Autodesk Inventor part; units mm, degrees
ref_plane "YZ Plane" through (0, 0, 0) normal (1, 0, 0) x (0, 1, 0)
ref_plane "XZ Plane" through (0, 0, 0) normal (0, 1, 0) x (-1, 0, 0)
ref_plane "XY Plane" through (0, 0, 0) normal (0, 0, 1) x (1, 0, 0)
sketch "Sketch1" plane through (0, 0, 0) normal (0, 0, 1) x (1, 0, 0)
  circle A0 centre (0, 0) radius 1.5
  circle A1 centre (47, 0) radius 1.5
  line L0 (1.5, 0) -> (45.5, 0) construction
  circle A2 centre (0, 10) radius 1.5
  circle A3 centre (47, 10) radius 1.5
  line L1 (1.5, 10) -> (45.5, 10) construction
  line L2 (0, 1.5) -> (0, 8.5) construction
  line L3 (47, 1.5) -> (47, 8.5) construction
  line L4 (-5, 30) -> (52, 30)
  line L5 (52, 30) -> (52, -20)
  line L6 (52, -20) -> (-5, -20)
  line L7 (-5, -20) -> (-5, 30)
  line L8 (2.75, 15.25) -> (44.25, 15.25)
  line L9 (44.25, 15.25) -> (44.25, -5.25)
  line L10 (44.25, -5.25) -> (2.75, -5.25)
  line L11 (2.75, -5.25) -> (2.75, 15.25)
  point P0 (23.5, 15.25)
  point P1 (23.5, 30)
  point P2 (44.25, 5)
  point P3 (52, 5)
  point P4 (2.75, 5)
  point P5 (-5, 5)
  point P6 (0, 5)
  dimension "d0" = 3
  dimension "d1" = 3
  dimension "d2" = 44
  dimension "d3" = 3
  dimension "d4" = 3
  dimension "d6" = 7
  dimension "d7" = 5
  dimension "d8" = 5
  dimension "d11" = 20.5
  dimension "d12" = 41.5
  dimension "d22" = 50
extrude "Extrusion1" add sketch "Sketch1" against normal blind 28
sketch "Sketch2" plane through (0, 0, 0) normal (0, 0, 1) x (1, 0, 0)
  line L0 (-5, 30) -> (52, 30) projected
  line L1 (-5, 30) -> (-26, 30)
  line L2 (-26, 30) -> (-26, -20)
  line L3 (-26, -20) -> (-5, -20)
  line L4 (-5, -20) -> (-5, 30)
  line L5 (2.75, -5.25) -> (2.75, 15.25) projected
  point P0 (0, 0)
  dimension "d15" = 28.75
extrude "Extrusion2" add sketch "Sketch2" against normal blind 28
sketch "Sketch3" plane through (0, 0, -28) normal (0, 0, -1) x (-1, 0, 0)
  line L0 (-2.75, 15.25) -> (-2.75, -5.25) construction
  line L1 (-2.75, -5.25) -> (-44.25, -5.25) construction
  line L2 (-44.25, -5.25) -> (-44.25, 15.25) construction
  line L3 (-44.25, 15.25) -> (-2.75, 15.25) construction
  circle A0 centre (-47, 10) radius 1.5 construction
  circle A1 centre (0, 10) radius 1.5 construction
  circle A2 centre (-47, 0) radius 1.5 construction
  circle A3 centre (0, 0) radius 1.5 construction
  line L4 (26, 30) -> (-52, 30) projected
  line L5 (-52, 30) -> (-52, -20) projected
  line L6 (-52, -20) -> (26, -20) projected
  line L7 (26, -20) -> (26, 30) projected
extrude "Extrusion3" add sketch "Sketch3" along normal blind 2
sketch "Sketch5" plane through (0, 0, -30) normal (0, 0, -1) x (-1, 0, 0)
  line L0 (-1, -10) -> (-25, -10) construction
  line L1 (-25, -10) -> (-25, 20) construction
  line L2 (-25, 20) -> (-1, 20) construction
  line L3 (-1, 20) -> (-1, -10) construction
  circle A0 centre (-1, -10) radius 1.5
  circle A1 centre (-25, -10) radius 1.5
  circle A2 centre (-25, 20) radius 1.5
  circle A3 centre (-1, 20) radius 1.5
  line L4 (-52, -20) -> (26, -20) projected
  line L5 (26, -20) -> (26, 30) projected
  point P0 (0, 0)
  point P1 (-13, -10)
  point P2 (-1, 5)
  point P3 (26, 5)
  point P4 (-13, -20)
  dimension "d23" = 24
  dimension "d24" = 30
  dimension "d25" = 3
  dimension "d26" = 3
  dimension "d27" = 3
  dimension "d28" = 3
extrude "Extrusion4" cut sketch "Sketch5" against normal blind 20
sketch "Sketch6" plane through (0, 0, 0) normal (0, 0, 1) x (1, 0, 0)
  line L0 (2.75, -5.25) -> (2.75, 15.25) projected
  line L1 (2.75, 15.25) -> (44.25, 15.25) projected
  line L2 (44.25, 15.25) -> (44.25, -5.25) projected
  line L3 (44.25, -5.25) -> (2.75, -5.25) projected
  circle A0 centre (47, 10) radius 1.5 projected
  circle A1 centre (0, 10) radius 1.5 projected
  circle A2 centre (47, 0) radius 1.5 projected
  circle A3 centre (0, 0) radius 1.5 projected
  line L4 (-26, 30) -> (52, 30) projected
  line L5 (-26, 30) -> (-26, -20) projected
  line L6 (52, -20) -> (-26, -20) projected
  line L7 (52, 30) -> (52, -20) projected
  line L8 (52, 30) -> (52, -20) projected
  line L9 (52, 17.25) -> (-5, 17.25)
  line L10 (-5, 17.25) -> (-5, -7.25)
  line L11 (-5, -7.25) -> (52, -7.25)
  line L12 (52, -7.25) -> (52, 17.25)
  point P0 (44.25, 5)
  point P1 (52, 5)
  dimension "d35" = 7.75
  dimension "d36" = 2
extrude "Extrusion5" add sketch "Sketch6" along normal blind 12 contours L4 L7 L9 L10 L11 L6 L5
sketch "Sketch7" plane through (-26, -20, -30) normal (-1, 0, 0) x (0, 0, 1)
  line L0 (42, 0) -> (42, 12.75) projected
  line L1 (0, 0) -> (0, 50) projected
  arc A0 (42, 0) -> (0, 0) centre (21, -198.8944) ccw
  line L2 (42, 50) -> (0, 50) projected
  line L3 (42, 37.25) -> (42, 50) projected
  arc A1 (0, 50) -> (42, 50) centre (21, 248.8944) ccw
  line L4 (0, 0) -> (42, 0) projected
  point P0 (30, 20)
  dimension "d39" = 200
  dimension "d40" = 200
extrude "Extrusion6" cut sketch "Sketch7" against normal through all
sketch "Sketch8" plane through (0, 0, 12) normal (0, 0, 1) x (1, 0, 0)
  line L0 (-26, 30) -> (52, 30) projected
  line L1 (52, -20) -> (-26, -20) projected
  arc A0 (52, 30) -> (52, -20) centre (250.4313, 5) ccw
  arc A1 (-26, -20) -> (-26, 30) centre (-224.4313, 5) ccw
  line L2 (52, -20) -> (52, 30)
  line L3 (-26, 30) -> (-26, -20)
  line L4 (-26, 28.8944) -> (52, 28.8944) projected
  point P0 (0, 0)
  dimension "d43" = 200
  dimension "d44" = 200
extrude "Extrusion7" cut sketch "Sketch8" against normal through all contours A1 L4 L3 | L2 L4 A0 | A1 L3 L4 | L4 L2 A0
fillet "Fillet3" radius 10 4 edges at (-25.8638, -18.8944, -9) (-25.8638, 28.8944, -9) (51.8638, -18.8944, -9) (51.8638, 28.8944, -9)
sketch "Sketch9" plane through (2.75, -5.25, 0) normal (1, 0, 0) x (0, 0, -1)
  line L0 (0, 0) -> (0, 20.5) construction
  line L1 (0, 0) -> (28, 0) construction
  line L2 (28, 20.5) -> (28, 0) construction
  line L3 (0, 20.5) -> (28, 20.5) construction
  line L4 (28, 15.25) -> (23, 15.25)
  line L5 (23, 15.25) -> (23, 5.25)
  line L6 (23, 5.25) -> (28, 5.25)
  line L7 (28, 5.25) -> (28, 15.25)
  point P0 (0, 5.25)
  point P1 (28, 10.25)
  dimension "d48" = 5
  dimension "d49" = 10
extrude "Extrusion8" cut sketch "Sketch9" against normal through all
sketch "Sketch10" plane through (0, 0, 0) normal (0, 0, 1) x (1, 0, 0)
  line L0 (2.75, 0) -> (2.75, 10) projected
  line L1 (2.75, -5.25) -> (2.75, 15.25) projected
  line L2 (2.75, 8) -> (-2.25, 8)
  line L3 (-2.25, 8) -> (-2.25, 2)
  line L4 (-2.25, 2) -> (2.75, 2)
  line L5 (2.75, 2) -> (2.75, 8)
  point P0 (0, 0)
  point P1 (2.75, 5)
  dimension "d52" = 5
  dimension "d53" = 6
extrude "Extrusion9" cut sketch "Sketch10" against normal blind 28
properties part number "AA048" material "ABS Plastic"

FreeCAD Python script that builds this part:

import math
import FreeCAD as App
import Part
import Sketcher

V = App.Vector
Q = App.Units.Quantity


def edges_at(feature, points):
    """Names of the edges that pass closest to the given points."""
    edges = feature.Shape.Edges
    near = lambda p: min(range(len(edges)), key=lambda i: edges[i].distToShape(Part.Vertex(*p))[0])
    return sorted({f"Edge{near(p) + 1}" for p in points})


def add_polygon(sketch, points):
    """Adds a closed chain of lines whose ends are joined by coincident constraints."""
    first, n = sketch.GeometryCount, len(points)
    for a, b in zip(points, points[1:] + points[:1]):
        sketch.addGeometry(Part.LineSegment(App.Vector(*a, 0), App.Vector(*b, 0)), False)
    for i in range(n):
        sketch.addConstraint(Sketcher.Constraint("Coincident", first + i, 2, first + (i + 1) % n, 1))

doc = App.newDocument("Part")
params = doc.addObject("Spreadsheet::Sheet", "Params")
for row, (alias, value) in enumerate([
    ("sketch1_diameter", "3 mm"),
    ("sketch1_height", "50 mm"),
    ("sketch1_width", "41.5 mm"),
    ("sketch1_height2", "20.5 mm"),
    ("sketch1_width2", "57 mm"),
    ("pad1_length", "28 mm"),
    ("sketch2_width", "21 mm"),
    ("sketch2_height", "50 mm"),
    ("pad2_length", "28 mm"),
    ("sketch3_width", "78 mm"),
    ("sketch3_height", "50 mm"),
    ("pad3_length", "2 mm"),
    ("sketch4_diameter", "3 mm"),
    ("pocket1_length", "20 mm"),
    ("sketch5_width", "78 mm"),
    ("sketch5_width2", "57 mm"),
    ("sketch5_height", "50 mm"),
    ("sketch5_height2", "24.5 mm"),
    ("pad4_length", "12 mm"),
    ("sketch6_radius", "200 mm"),
    ("sketch6_height", "42 mm"),
    ("sketch7_radius", "200 mm"),
    ("sketch7_height", "50 mm"),
    ("fillet_radius", "10 mm"),
    ("sketch8_width", "10 mm"),
    ("sketch8_height", "5 mm"),
    ("sketch9_width", "5 mm"),
    ("sketch9_height", "6 mm"),
    ("pocket5_length", "28 mm"),
], start=1):
    params.set(f"A{row}", alias)
    params.set(f"B{row}", "=" + value)
    params.setAlias(f"B{row}", alias)

body = doc.addObject("PartDesign::Body", "Body")

sketch1 = body.newObject("Sketcher::SketchObject", "Sketch")
sketch1.AttachmentSupport = (doc.getObject("XY_Plane"), [""])
sketch1.MapMode = "FlatFace"
add_polygon(sketch1, [(52, 30), (-5, 30), (-5, -20), (52, -20)])
sketch1.addGeometry(Part.Circle(V(0, 0, 0), V(0, 0, 1), 1.5), False)
sketch1.addGeometry(Part.Circle(V(47, 0, 0), V(0, 0, 1), 1.5), False)
sketch1.addGeometry(Part.Circle(V(0, 10, 0), V(0, 0, 1), 1.5), False)
add_polygon(sketch1, [(2.8, -5.2), (2.8, 15.2), (44.2, 15.2), (44.2, -5.2)])
sketch1.addGeometry(Part.Circle(V(47, 10, 0), V(0, 0, 1), 1.5), False)
sketch1.addConstraint([
    Sketcher.Constraint("Horizontal", 0),
    Sketcher.Constraint("Vertical", 1),
    Sketcher.Constraint("Horizontal", 2),
    Sketcher.Constraint("Vertical", 3),
    Sketcher.Constraint("Vertical", 7),
    Sketcher.Constraint("Horizontal", 8),
    Sketcher.Constraint("Vertical", 9),
    Sketcher.Constraint("Horizontal", 10),
    Sketcher.Constraint("Coincident", 4, 3, -1, 1),
    Sketcher.Constraint("Equal", 4, 5),
    Sketcher.Constraint("Equal", 5, 6),
    Sketcher.Constraint("Equal", 6, 11),
    Sketcher.Constraint("PointOnObject", 5, 3, -1),
    Sketcher.Constraint("PointOnObject", 6, 3, -2),
    Sketcher.Constraint("Horizontal", 6, 3, 11, 3),
    Sketcher.Constraint("Vertical", 5, 3, 11, 3),
    Sketcher.Constraint("Diameter", 4, Q("3 mm")),
    Sketcher.Constraint("DistanceY", 1, 2, 1, 1, Q("50 mm")),
    Sketcher.Constraint("DistanceX", 8, 1, 8, 2, Q("41.5 mm")),
    Sketcher.Constraint("DistanceY", 7, 1, 7, 2, Q("20.5 mm")),
    Sketcher.Constraint("DistanceX", 0, 2, -1, 1, Q("5 mm")),
    Sketcher.Constraint("DistanceX", 5, 3, 2, 2, Q("5 mm")),
    Sketcher.Constraint("DistanceX", 0, 2, 0, 1, Q("57 mm")),
    Sketcher.Constraint("DistanceY", -1, 1, 6, 3, Q("10 mm")),
    Sketcher.Constraint("DistanceY", -1, 1, 0, 2, Q("30 mm")),
    Sketcher.Constraint("DistanceX", -1, 1, 7, 2, Q("2.75 mm")),
    Sketcher.Constraint("DistanceY", -1, 1, 7, 2, Q("15.25 mm")),
])
sketch1.setExpression("Constraints[24]", "Params.sketch1_diameter")
sketch1.setExpression("Constraints[25]", "Params.sketch1_height")
sketch1.setExpression("Constraints[26]", "Params.sketch1_width")
sketch1.setExpression("Constraints[27]", "Params.sketch1_height2")
sketch1.setExpression("Constraints[30]", "Params.sketch1_width2")
pad1 = body.newObject("PartDesign::Pad", "Pad")
pad1.Profile = sketch1
pad1.setExpression("Length", "Params.pad1_length")
pad1.Reversed = True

****

- **Exercise aim**
Considering only the material above, set down every line from the one with "line L2 (-44.25, -5.25)" to the one with "line L7 (26, -20) -> (26, 30) projected", inclusive, exactly as written.

- **Answer for this exercise**
  line L2 (-44.25, -5.25) -> (-44.25, 15.25) construction
  line L3 (-44.25, 15.25) -> (-2.75, 15.25) construction
  circle A0 centre (-47, 10) radius 1.5 construction
  circle A1 centre (0, 10) radius 1.5 construction
  circle A2 centre (-47, 0) radius 1.5 construction
  circle A3 centre (0, 0) radius 1.5 construction
  line L4 (26, 30) -> (-52, 30) projected
  line L5 (-52, 30) -> (-52, -20) projected
  line L6 (-52, -20) -> (26, -20) projected
  line L7 (26, -20) -> (26, 30) projected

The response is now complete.